What is a tank?
A tank is a storage facility for fluids, either liquid or gas. Civil Engineers often refer to liquid storage structures in distribution systems as reservoirs.
Where do we find tanks?
Tanks are often found in municipal distribution systems, supplying water to customers, providing operational flexibility, and meeting emergency and fire flow demands. Tanks are also found at water and wastewater treatment plants, or in collection systems, to capture and retain stormwater flows or unusually high wastewater flows. They can also be used in industrial applications to store chemicals for a variety of processes.
Tanks have a variety of uses in the water industry:
- Fluid storage (Holding supply and meeting specific demands – i.e. operational, emergency, and fire suppression)
- Maintaining specific pressure zones
- Energy conservation and efficiency (using gravity vs. continuous pumping & limiting pump start/stops)
- Flow equalization
- Mixing and blending fluids
- Specific water treatment processes
- Achieving chlorine contact time
- Redundancy/operational flexibility
- Capturing and retaining stormwater
- Surge relief applications
Project needs, application, and owner familiarity and preferences often inform the type of tank to be used.
- Elevated tanks use either welded steel or a composite material; these water towers are often seen in areas with generally flat topography.
- Municipal ground storage tanks are typically welded steel (AWWA D100), bolted steel (AWWA D103), prestressed concrete (AWWA D110), or conventional reinforced concrete.
- Chemical/industrial tanks are often made of fiberglass or polyethylene as they typically hold smaller volumes and contain fluids more corrosive than water.
- Buried or partially buried tanks are designed/constructed using precast, prestressed or conventionally reinforced concrete, though some composite materials can be used. These tanks may store potable or non-potable water, stormwater basins, process tanks (clarifiers, contact basins, etc.), and wet wells.
Factors for Consideration
What fluid needs to be stored?
In the Civil/Environmental Industry, we most often see tanks required for water storage (raw, potable, recycled, wastewater, and stormwater).

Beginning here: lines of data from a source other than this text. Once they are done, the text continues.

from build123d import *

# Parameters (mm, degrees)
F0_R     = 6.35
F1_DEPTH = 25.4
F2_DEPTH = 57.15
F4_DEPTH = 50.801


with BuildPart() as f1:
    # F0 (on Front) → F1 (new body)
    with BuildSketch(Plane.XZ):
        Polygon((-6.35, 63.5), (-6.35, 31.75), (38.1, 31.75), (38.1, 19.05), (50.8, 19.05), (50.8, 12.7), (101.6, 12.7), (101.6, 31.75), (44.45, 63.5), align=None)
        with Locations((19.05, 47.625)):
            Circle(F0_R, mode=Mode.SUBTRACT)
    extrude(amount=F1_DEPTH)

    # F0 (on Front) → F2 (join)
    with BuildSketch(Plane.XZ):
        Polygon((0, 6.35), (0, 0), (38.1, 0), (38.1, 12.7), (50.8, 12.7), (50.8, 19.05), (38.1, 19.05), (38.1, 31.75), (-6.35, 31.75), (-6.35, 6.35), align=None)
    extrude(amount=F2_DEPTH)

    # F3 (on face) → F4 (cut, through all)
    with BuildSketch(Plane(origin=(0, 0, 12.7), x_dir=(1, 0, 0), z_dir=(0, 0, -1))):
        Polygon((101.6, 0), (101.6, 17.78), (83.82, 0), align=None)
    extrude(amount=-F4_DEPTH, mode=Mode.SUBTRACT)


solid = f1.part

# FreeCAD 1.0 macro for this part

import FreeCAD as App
import Part
import Sketcher
from FreeCAD import Vector
Q = App.Units.Quantity

doc = App.newDocument("Part")
params = doc.addObject("Spreadsheet::Sheet", "Params")
for row, (alias, value) in enumerate([
    ("sketch1_diameter", "0.5 in"),
    ("sketch1_width", "2 in"),
    ("sketch1_width2", "0.5 in"),
    ("sketch1_width3", "1.75 in"),
    ("sketch1_height", "1.25 in"),
    ("pad1_length", "1 in"),
    ("sketch2_height", "1 in"),
    ("sketch2_width", "1.5 in"),
    ("sketch2_width2", "1.75 in"),
    ("pad2_length", "2.25 in"),
    ("sketch3_width", "0.7 in"),
], start=1):
    params.set(f"A{row}", alias)
    params.set(f"B{row}", "=" + value)
    params.setAlias(f"B{row}", alias)

body = doc.addObject("PartDesign::Body", "Body")

# Sketch on XZ plane
sketch1 = body.newObject("Sketcher::SketchObject", "Sketch")
sketch1.AttachmentSupport = (doc.getObject("XZ_Plane"), [""])
sketch1.MapMode = "FlatFace"
sketch1.addGeometry([
    Part.LineSegment(Vector(-6, 64, 0), Vector(-6, 32, 0)),  # 0
    Part.LineSegment(Vector(-6, 32, 0), Vector(38, 32, 0)),  # 1
    Part.LineSegment(Vector(38, 32, 0), Vector(38, 19, 0)),  # 2
    Part.LineSegment(Vector(38, 19, 0), Vector(51, 19, 0)),  # 3
    Part.LineSegment(Vector(51, 19, 0), Vector(51, 13, 0)),  # 4
    Part.LineSegment(Vector(51, 13, 0), Vector(102, 13, 0)),  # 5
    Part.LineSegment(Vector(102, 13, 0), Vector(102, 32, 0)),  # 6
    Part.LineSegment(Vector(102, 32, 0), Vector(44, 64, 0)),  # 7
    Part.LineSegment(Vector(44, 64, 0), Vector(-6, 64, 0)),  # 8
    Part.Circle(Vector(19, 48, 0), Vector(0, 0, 1), 6),  # 9
], False)
sketch1.addConstraint([
    Sketcher.Constraint("Coincident", 0, 2, 1, 1),
    Sketcher.Constraint("Coincident", 1, 2, 2, 1),
    Sketcher.Constraint("Coincident", 2, 2, 3, 1),
    Sketcher.Constraint("Coincident", 3, 2, 4, 1),
    Sketcher.Constraint("Coincident", 4, 2, 5, 1),
    Sketcher.Constraint("Coincident", 5, 2, 6, 1),
    Sketcher.Constraint("Coincident", 6, 2, 7, 1),
    Sketcher.Constraint("Coincident", 7, 2, 8, 1),
    Sketcher.Constraint("Coincident", 8, 2, 0, 1),
    Sketcher.Constraint("Vertical", 0),
    Sketcher.Constraint("Horizontal", 1),
    Sketcher.Constraint("Vertical", 2),
    Sketcher.Constraint("Horizontal", 3),
    Sketcher.Constraint("Vertical", 4),
    Sketcher.Constraint("Horizontal", 5),
    Sketcher.Constraint("Vertical", 6),
    Sketcher.Constraint("Horizontal", 8),
    Sketcher.Constraint("Horizontal", 1, 2, 6, 2),
    Sketcher.Constraint("Equal", 5, 8),
    Sketcher.Constraint("Equal", 3, 2),
    Sketcher.Constraint("Diameter", 9, Q("0.5 in")),
    Sketcher.Constraint("DistanceX", 5, 1, 5, 2, Q("2 in")),
    Sketcher.Constraint("DistanceX", 3, 1, 3, 2, Q("0.5 in")),
    Sketcher.Constraint("DistanceX", -1, 1, 3, 2, Q("2 in")),
    Sketcher.Constraint("DistanceX", 0, 2, 9, 3, Q("1 in")),
    Sketcher.Constraint("DistanceY", 4, 2, 7, 2, Q("2 in")),
    Sketcher.Constraint("DistanceX", 1, 1, 1, 2, Q("1.75 in")),
    Sketcher.Constraint("DistanceY", 0, 2, 0, 1, Q("1.25 in")),
    Sketcher.Constraint("DistanceY", -1, 1, 4, 2, Q("0.5 in")),
    Sketcher.Constraint("DistanceY", -1, 1, 9, 3, Q("1.875 in")),
])
sketch1.setExpression("Constraints[20]", "Params.sketch1_diameter")
sketch1.setExpression("Constraints[21]", "Params.sketch1_width")
sketch1.setExpression("Constraints[22]", "Params.sketch1_width2")
sketch1.setExpression("Constraints[26]", "Params.sketch1_width3")
sketch1.setExpression("Constraints[27]", "Params.sketch1_height")
pad1 = body.newObject("PartDesign::Pad", "Pad")
pad1.Profile = sketch1
pad1.setExpression("Length", "Params.pad1_length")

# Sketch on XZ plane
sketch2 = body.newObject("Sketcher::SketchObject", "Sketch001")
sketch2.AttachmentSupport = (doc.getObject("XZ_Plane"), [""])
sketch2.MapMode = "FlatFace"
sketch2.addGeometry([
    Part.LineSegment(Vector(0, 6, 0), Vector(0, 0, 0)),  # 0
    Part.LineSegment(Vector(0, 0, 0), Vector(38, 0, 0)),  # 1
    Part.LineSegment(Vector(38, 0, 0), Vector(38, 13, 0)),  # 2
    Part.LineSegment(Vector(38, 13, 0), Vector(51, 13, 0)),  # 3
    Part.LineSegment(Vector(51, 13, 0), Vector(51, 19, 0)),  # 4
    Part.LineSegment(Vector(51, 19, 0), Vector(38, 19, 0)),  # 5
    Part.LineSegment(Vector(38, 19, 0), Vector(38, 32, 0)),  # 6
    Part.LineSegment(Vector(38, 32, 0), Vector(-6, 32, 0)),  # 7
    Part.LineSegment(Vector(-6, 32, 0), Vector(-6, 6, 0)),  # 8
    Part.LineSegment(Vector(-6, 6, 0), Vector(0, 6, 0)),  # 9
], False)
sketch2.addConstraint([
    Sketcher.Constraint("Coincident", 0, 2, 1, 1),
    Sketcher.Constraint("Coincident", 1, 2, 2, 1),
    Sketcher.Constraint("Coincident", 2, 2, 3, 1),
    Sketcher.Constraint("Coincident", 3, 2, 4, 1),
    Sketcher.Constraint("Coincident", 4, 2, 5, 1),
    Sketcher.Constraint("Coincident", 5, 2, 6, 1),
    Sketcher.Constraint("Coincident", 6, 2, 7, 1),
    Sketcher.Constraint("Coincident", 7, 2, 8, 1),
    Sketcher.Constraint("Coincident", 8, 2, 9, 1),
    Sketcher.Constraint("Coincident", 9, 2, 0, 1),
    Sketcher.Constraint("Vertical", 0),
    Sketcher.Constraint("Horizontal", 1),
    Sketcher.Constraint("Vertical", 2),
    Sketcher.Constraint("Horizontal", 3),
    Sketcher.Constraint("Vertical", 4),
    Sketcher.Constraint("Horizontal", 5),
    Sketcher.Constraint("Vertical", 6),
    Sketcher.Constraint("Horizontal", 7),
    Sketcher.Constraint("Vertical", 8),
    Sketcher.Constraint("Horizontal", 9),
    Sketcher.Constraint("Coincident", 0, 2, -1, 1),
    Sketcher.Constraint("Vertical", 2, 2, 5, 2),
    Sketcher.Constraint("Equal", 9, 0),
    Sketcher.Constraint("Equal", 5, 2),
    Sketcher.Constraint("Equal", 0, 4),
    Sketcher.Constraint("Equal", 2, 6),
    Sketcher.Constraint("DistanceY", 8, 2, 8, 1, Q("1 in")),
    Sketcher.Constraint("DistanceX", 1, 1, 1, 2, Q("1.5 in")),
    Sketcher.Constraint("DistanceX", 7, 2, 7, 1, Q("1.75 in")),
])
sketch2.setExpression("Constraints[26]", "Params.sketch2_height")
sketch2.setExpression("Constraints[27]", "Params.sketch2_width")
sketch2.setExpression("Constraints[28]", "Params.sketch2_width2")
pad2 = body.newObject("PartDesign::Pad", "Pad001")
pad2.Profile = sketch2
pad2.setExpression("Length", "Params.pad2_length")

# Sketch on XY plane
sketch3 = body.newObject("Sketcher::SketchObject", "Sketch002")
sketch3.AttachmentSupport = (doc.getObject("XY_Plane"), [""])
sketch3.MapMode = "FlatFace"
sketch3.AttachmentOffset = App.Placement(Vector(0, 0, 0.5 * 25.4), App.Rotation())
sketch3.addGeometry([
    Part.LineSegment(Vector(102, 0, 0), Vector(102, -18, 0)),
    Part.LineSegment(Vector(102, -18, 0), Vector(84, 0, 0)),
    Part.LineSegment(Vector(84, 0, 0), Vector(102, 0, 0)),
], False)
sketch3.addConstraint([
    Sketcher.Constraint("Coincident", 0, 2, 1, 1),
    Sketcher.Constraint("Coincident", 1, 2, 2, 1),
    Sketcher.Constraint("Coincident", 2, 2, 0, 1),
    Sketcher.Constraint("Vertical", 0),
    Sketcher.Constraint("Horizontal", 2),
    Sketcher.Constraint("PointOnObject", 1, 2, -1),
    Sketcher.Constraint("Equal", 2, 0),
    Sketcher.Constraint("DistanceX", 2, 1, 2, 2, Q("0.7 in")),
    Sketcher.Constraint("DistanceX", -1, 1, 0, 2, Q("4 in")),
])
sketch3.setExpression("Constraints[7]", "Params.sketch3_width")
pocket1 = body.newObject("PartDesign::Pocket", "Pocket")
pocket1.Profile = sketch3
pocket1.Type = "ThroughAll"
pocket1.Reversed = True

doc.recompute()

Clients may need to store other liquids or gasses, and there may also be a need for pressurized or non-pressurized vessels. Wastewater and sludge can create a corrosive environment within a tank.
What capacity is needed?
Smaller volumes may only require pre-manufactured systems such as plastic (HDPE, FRP, etc.) or precast concrete. Larger storage requirements tend to require more intensive design for a unique steel or concrete structure. Geotechnical parameters, client preferences, hydrostatic and hydrodynamic concerns must always be considered.
What is the site’s geography?
Terrain plays a key factor in deciding what type of tank will work best. Our checklist includes earthwork and backfill requirements, high seismicity, wind loading, soil corrosivity, aesthetic issues, and geotechnical concerns.
What are the clients’ objectives with the finished project?
Every client has unique goals for their project. This could be prioritizing capital costs, maintenance costs, tight schedules, ease of access, competition, or aesthetics.
“Smaller tanks” in our industry typically hold 100,000 gallons or less of fluid. Though they are typically less complex, they can still be challenging to design and construct. For aboveground structures, bolted steel and welded steel tanks are very common. Site constraints and volume requirements may necessitate the need for a cast-in-place concrete structure.
Medium-sized tanksin our industry are often considered as having volumes between 100,00 to 1 million gallons. For above ground storage, welded steel tanks are the most common. Owner preferences, type of fluid, and site constraints may also warrant the use of concrete (precast, circular or irregular shaped cast-in-place, or prestressed).
Larger Tanks are typically 1 million gallons and over in capacity. Welded steel tanks are a viable option, however future maintenance projects (re-coatings) may result in a higher total cost of ownership. Corrosion protection of welded steel structures becomes an important factor. Prestressed concrete benefits from economy-of-scale and typically provides a lower total cost of ownership as capacity increases. Prestressed concrete is also ideal for buried/partially buried applications – as wall thicknesses are usually substantially thinner that what is required for conventional concrete. Conventional reinforced concrete is also ideal for buried applications or non-circular shaped tanks, however these structures require detailed structural design and cannot be specified with performance requirements.
Steel Vs. Concrete
Steel (bolted and welded) is the most common material for water retaining structures. These tanks are leak-free with a low capital cost and quick construction time. Although costs can add up depending on the size and complexity, steel tanks are generally easy to rehabilitate, repurpose, or modify. With regular, routine maintenance (15-25 year re-coating), they have a design life of 100+ years.
Concrete tanks, though more capital cost intensive, typically have a lower total cost of ownership (especially at larger capacities). They require minimal maintenance, no coatings (depending on the fluid stored), and have proven seismic resilience. Concrete also allows for the tank to be used as a retaining structure if required. Concrete tanks also have a long design life of 75 to 100+ years.